I am looking for breeders either in Europe or USA or Canad that export.

Price range upto £5,000.

Thanks.


----------



## holland (Jan 11, 2009)

I am sure for L 5000 you'll be able to find a quality breeder


----------



## Gwyllgi (Aug 16, 2017)

True but many do not export.


----------



## carmspack (Feb 2, 2011)

Does Britain still have a quarantine period .

I know that after the Chunnel things eased up somewhat .


----------



## Gwyllgi (Aug 16, 2017)

4 mths quarantine or can come in on pet passport, pup has to be over 16 weeks.


----------



## wolfstraum (May 2, 2003)

there are literally hundreds of breeders in Europe who will send you a puppy and accommodate the pet passport requirements.....finding one to send you a good, stable pup instead of one they want to cull is another matter....I have watched people post about a puppy they are importing over and over and over - all excited to be getting a pup from a world champion or a well known kennel only to watch the reality of being sent a cull play out on this board.....even when warned over and over I remember one girl who was CONVINCED her world champion sired puppy was going to be a great sport dog.......he wasn't. 

You need to network into a breeder or broker through someone known to them.


Good Luck!


Lee


----------



## carmspack (Feb 2, 2011)

I think you can find what you are after right at home !

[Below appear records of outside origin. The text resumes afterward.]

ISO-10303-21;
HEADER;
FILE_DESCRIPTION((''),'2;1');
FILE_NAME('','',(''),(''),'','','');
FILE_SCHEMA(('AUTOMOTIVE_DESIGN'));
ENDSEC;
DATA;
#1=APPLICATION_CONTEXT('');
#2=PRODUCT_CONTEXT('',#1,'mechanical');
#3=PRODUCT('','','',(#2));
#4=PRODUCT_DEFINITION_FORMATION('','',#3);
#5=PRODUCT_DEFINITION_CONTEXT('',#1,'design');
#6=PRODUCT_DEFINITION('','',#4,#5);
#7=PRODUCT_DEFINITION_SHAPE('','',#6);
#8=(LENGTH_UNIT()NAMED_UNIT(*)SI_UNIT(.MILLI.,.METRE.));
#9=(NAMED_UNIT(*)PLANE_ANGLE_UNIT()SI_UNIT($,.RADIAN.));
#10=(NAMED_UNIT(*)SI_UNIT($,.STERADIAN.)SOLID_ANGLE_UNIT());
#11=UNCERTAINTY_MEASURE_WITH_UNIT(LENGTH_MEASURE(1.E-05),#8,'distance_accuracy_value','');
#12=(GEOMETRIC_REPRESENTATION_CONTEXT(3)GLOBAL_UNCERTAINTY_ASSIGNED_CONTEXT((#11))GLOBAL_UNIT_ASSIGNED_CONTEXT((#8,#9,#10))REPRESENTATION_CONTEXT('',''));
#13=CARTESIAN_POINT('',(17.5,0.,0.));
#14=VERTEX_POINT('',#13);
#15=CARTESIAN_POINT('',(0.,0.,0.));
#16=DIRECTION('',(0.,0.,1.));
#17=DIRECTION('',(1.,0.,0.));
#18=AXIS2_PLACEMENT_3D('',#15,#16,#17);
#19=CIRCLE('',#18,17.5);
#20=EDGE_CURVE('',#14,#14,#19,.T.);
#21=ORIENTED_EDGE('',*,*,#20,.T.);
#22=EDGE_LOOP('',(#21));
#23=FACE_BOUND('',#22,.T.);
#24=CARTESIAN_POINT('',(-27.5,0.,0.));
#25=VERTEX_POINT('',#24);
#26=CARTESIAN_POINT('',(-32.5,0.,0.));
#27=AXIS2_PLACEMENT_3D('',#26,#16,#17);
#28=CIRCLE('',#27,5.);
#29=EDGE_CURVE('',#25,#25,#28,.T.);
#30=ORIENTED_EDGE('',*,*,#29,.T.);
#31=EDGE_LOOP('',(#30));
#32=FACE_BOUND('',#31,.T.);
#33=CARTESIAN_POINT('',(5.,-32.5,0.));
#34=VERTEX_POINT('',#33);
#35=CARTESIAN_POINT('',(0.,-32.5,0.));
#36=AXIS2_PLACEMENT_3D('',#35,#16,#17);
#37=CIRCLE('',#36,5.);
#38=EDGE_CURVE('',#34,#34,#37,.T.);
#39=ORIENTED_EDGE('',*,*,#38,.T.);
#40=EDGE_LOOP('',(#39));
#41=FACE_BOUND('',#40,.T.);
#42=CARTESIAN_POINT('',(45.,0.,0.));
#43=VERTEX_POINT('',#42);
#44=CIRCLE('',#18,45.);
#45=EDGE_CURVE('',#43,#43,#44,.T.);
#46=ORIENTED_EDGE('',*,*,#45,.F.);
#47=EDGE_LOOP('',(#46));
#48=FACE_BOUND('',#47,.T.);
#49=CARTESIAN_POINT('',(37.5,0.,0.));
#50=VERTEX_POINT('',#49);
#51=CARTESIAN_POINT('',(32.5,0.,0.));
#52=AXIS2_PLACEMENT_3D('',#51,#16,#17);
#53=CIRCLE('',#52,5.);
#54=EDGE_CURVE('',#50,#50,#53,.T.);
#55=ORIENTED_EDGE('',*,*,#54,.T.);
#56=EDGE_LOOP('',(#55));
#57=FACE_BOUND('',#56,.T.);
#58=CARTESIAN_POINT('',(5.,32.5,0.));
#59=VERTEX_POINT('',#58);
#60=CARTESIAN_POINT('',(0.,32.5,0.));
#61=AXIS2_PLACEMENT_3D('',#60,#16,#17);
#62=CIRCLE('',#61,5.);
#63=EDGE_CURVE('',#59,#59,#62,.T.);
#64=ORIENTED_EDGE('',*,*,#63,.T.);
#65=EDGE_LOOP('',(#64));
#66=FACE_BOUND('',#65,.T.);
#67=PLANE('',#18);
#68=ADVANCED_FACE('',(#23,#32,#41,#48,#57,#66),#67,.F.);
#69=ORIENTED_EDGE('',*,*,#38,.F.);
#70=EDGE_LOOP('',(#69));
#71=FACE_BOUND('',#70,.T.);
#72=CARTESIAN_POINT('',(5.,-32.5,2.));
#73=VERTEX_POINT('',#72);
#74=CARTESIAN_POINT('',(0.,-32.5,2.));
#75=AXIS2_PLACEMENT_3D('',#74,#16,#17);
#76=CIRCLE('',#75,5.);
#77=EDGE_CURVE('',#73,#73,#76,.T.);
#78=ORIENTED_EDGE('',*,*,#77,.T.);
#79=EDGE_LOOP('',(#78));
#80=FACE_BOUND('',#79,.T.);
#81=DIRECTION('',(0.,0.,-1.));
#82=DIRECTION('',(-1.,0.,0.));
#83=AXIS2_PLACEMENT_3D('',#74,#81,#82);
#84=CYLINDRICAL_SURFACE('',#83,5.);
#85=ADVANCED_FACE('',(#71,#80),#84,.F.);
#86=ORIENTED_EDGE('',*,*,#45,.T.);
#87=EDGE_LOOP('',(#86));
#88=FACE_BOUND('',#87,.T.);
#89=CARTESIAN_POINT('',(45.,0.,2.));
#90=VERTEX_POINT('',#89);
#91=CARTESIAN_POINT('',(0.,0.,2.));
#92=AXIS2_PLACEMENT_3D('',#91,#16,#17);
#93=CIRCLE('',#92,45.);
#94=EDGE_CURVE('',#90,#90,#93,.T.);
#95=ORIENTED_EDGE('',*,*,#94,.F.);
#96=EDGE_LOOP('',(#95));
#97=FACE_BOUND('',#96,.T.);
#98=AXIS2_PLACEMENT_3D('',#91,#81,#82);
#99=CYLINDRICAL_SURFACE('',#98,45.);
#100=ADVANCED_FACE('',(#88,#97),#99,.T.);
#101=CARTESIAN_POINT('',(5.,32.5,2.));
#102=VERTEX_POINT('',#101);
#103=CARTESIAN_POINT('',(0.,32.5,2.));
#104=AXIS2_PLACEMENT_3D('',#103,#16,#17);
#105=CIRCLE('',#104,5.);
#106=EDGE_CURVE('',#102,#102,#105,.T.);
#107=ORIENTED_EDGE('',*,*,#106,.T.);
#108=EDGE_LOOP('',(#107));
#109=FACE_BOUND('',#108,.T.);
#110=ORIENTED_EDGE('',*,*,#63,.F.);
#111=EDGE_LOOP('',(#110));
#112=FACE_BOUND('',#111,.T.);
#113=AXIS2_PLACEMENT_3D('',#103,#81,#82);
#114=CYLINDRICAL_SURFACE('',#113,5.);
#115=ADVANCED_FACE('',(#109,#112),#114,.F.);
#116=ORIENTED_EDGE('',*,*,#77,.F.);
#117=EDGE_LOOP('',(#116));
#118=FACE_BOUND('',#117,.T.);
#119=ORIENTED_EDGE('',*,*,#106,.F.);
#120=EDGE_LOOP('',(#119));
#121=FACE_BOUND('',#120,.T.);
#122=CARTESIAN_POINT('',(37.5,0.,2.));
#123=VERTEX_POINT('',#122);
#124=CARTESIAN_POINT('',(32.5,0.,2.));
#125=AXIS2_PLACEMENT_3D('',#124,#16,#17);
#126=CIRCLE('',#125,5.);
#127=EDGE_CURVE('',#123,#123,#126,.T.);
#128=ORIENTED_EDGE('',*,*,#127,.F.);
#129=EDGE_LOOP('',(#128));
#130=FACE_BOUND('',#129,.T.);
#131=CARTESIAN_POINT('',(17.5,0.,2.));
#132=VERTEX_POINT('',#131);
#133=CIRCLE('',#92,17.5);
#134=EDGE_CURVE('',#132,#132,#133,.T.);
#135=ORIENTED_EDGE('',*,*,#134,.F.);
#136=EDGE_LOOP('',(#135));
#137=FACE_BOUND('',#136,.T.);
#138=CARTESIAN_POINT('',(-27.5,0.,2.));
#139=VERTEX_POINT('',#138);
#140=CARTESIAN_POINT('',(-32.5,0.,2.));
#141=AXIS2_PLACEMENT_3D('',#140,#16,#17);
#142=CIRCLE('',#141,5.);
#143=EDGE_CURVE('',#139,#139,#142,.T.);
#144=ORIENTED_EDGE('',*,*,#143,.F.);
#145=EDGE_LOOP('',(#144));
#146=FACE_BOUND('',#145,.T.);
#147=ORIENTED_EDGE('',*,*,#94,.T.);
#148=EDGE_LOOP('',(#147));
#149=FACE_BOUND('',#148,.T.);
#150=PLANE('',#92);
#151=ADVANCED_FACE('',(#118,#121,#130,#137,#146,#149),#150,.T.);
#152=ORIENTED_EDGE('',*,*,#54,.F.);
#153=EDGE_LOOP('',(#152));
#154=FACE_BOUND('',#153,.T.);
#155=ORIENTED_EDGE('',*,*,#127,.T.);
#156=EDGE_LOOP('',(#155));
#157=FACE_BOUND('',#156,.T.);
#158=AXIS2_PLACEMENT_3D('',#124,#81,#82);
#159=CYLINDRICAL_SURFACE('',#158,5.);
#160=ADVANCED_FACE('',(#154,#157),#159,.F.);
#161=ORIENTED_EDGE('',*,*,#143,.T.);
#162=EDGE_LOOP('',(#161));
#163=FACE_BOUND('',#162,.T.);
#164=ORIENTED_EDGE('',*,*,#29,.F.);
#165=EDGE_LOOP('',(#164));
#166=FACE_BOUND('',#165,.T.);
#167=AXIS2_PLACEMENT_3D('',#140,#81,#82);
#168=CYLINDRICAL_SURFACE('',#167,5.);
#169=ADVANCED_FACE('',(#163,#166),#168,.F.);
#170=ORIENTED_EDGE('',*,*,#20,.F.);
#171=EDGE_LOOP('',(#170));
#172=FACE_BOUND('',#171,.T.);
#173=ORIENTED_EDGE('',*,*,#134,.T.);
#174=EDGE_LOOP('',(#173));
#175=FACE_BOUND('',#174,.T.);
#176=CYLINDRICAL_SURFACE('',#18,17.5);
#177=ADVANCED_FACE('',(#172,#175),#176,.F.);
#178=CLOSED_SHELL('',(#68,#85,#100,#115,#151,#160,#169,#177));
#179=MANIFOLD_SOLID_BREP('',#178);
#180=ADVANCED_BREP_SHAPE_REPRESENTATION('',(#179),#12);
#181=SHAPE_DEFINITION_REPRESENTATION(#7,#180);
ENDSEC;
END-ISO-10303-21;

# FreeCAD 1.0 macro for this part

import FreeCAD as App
import Part
import Sketcher
from FreeCAD import Vector
Q = App.Units.Quantity

doc = App.newDocument("Part")
body = doc.addObject("PartDesign::Body", "Body")

# Sketch on XY plane
sketch1 = doc.addObject("Sketcher::SketchObject", "Sketch")
body.addObject(sketch1)
sketch1.AttachmentSupport = (doc.XY_Plane, [""])
sketch1.MapMode = "FlatFace"
sketch1.addGeometry([
    Part.Circle(Vector(0, 0, 0), Vector(0, 0, 1), 45),  # 0
    Part.Circle(Vector(0, -32.5, 0), Vector(0, 0, 1), 5),  # 1
    Part.Circle(Vector(-32.5, 0, 0), Vector(0, 0, 1), 5),  # 2
    Part.Circle(Vector(32.5, 0, 0), Vector(0, 0, 1), 5),  # 3
    Part.Circle(Vector(0, 32.5, 0), Vector(0, 0, 1), 5),  # 4
], False)
sketch1.addConstraint([
    Sketcher.Constraint("Coincident", 0, 3, -1, 1),
    Sketcher.Constraint("Equal", 1, 2),
    Sketcher.Constraint("Equal", 2, 3),
    Sketcher.Constraint("Equal", 3, 4),
    Sketcher.Constraint("Symmetric", 2, 3, 3, 3, -1, 1),
    Sketcher.Constraint("Symmetric", 1, 3, 4, 3, -1, 1),
    Sketcher.Constraint("PointOnObject", 1, 3, -2),
    Sketcher.Constraint("PointOnObject", 2, 3, -1),
    Sketcher.Constraint("Diameter", 0, Q("90 mm")),
    Sketcher.Constraint("Diameter", 1, Q("10 mm")),
    Sketcher.Constraint("DistanceX", 2, 3, 3, 3, Q("65 mm")),
    Sketcher.Constraint("DistanceY", 1, 3, 4, 3, Q("65 mm")),
])
pad1 = doc.addObject("PartDesign::Pad", "Pad")
body.addObject(pad1)
pad1.Profile = sketch1
pad1.Length = 2

# Sketch on XY plane
sketch2 = doc.addObject("Sketcher::SketchObject", "Sketch001")
body.addObject(sketch2)
sketch2.AttachmentSupport = (doc.XY_Plane, [""])
sketch2.MapMode = "FlatFace"
sketch2.AttachmentOffset = App.Placement(Vector(0, 0, 2), App.Rotation())
sketch2.addGeometry(Part.Circle(Vector(0, 0, 0), Vector(0, 0, 1), 17.5), False)
sketch2.addConstraint([
    Sketcher.Constraint("Coincident", 0, 3, -1, 1),
    Sketcher.Constraint("Diameter", 0, Q("35 mm")),
])
pocket1 = doc.addObject("PartDesign::Pocket", "Pocket")
body.addObject(pocket1)
pocket1.Profile = sketch2
pocket1.Length = 2

doc.recompute()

Many years ago I was on a forum where this breeder was also a member . Her name is Margaret Nyrvana-Jones .

We wrote back and forth many times . I knew people that knew her, professional dog handlers, that were impressed by her .

here is a link to her web site The Lodge Kennels - DDRLines 
The Lodge Kennels - Videos


----------



## Gwyllgi (Aug 16, 2017)

wolfstraum said:


> there are literally hundreds of breeders in Europe who will send you a puppy and accommodate the pet passport requirements.....finding one to send you a good, stable pup instead of one they want to cull is another matter....I have watched people post about a puppy they are importing over and over and over - all excited to be getting a pup from a world champion or a well known kennel only to watch the reality of being sent a cull play out on this board.....even when warned over and over I remember one girl who was CONVINCED her world champion sired puppy was going to be a great sport dog.......he wasn't.
> 
> You need to network into a breeder or broker through someone known to them.
> 
> ...


Yes, that is the reason why I am asking for recommendations; I don’t want to end up with a dog that is good in name only.



carmspack said:


> I think you can find what you are after right at home !
> 
> Many years ago I was on a forum where this breeder was also a member . Her name is Margaret Nyrvana-Jones .
> 
> ...


I remember Margaret Nyrvana-Jones from the 1990's , she bred long coated GSD's 
back then. I know she purchased some DDR and Czech back in 2003 and 2006 but she has added other working lines into the breeding.

I am looking primly for pure line DDR or Czech but if I can not find what I am looking for, I will look into European mixed working lines.

So far I have been in contact with Vom Parchimer Land who has pure DDR lines but looking for more breeders.

It seems that a lot of the DDR were imported by the USA but I can not find a kennel that will export. 

The only Czech kennels I know of is Jinopo.


----------



## carmspack (Feb 2, 2011)

I know Parchimer Land and would recommend them .

they are running out of "pure" ddr lines although that was never a singular goal of theirs.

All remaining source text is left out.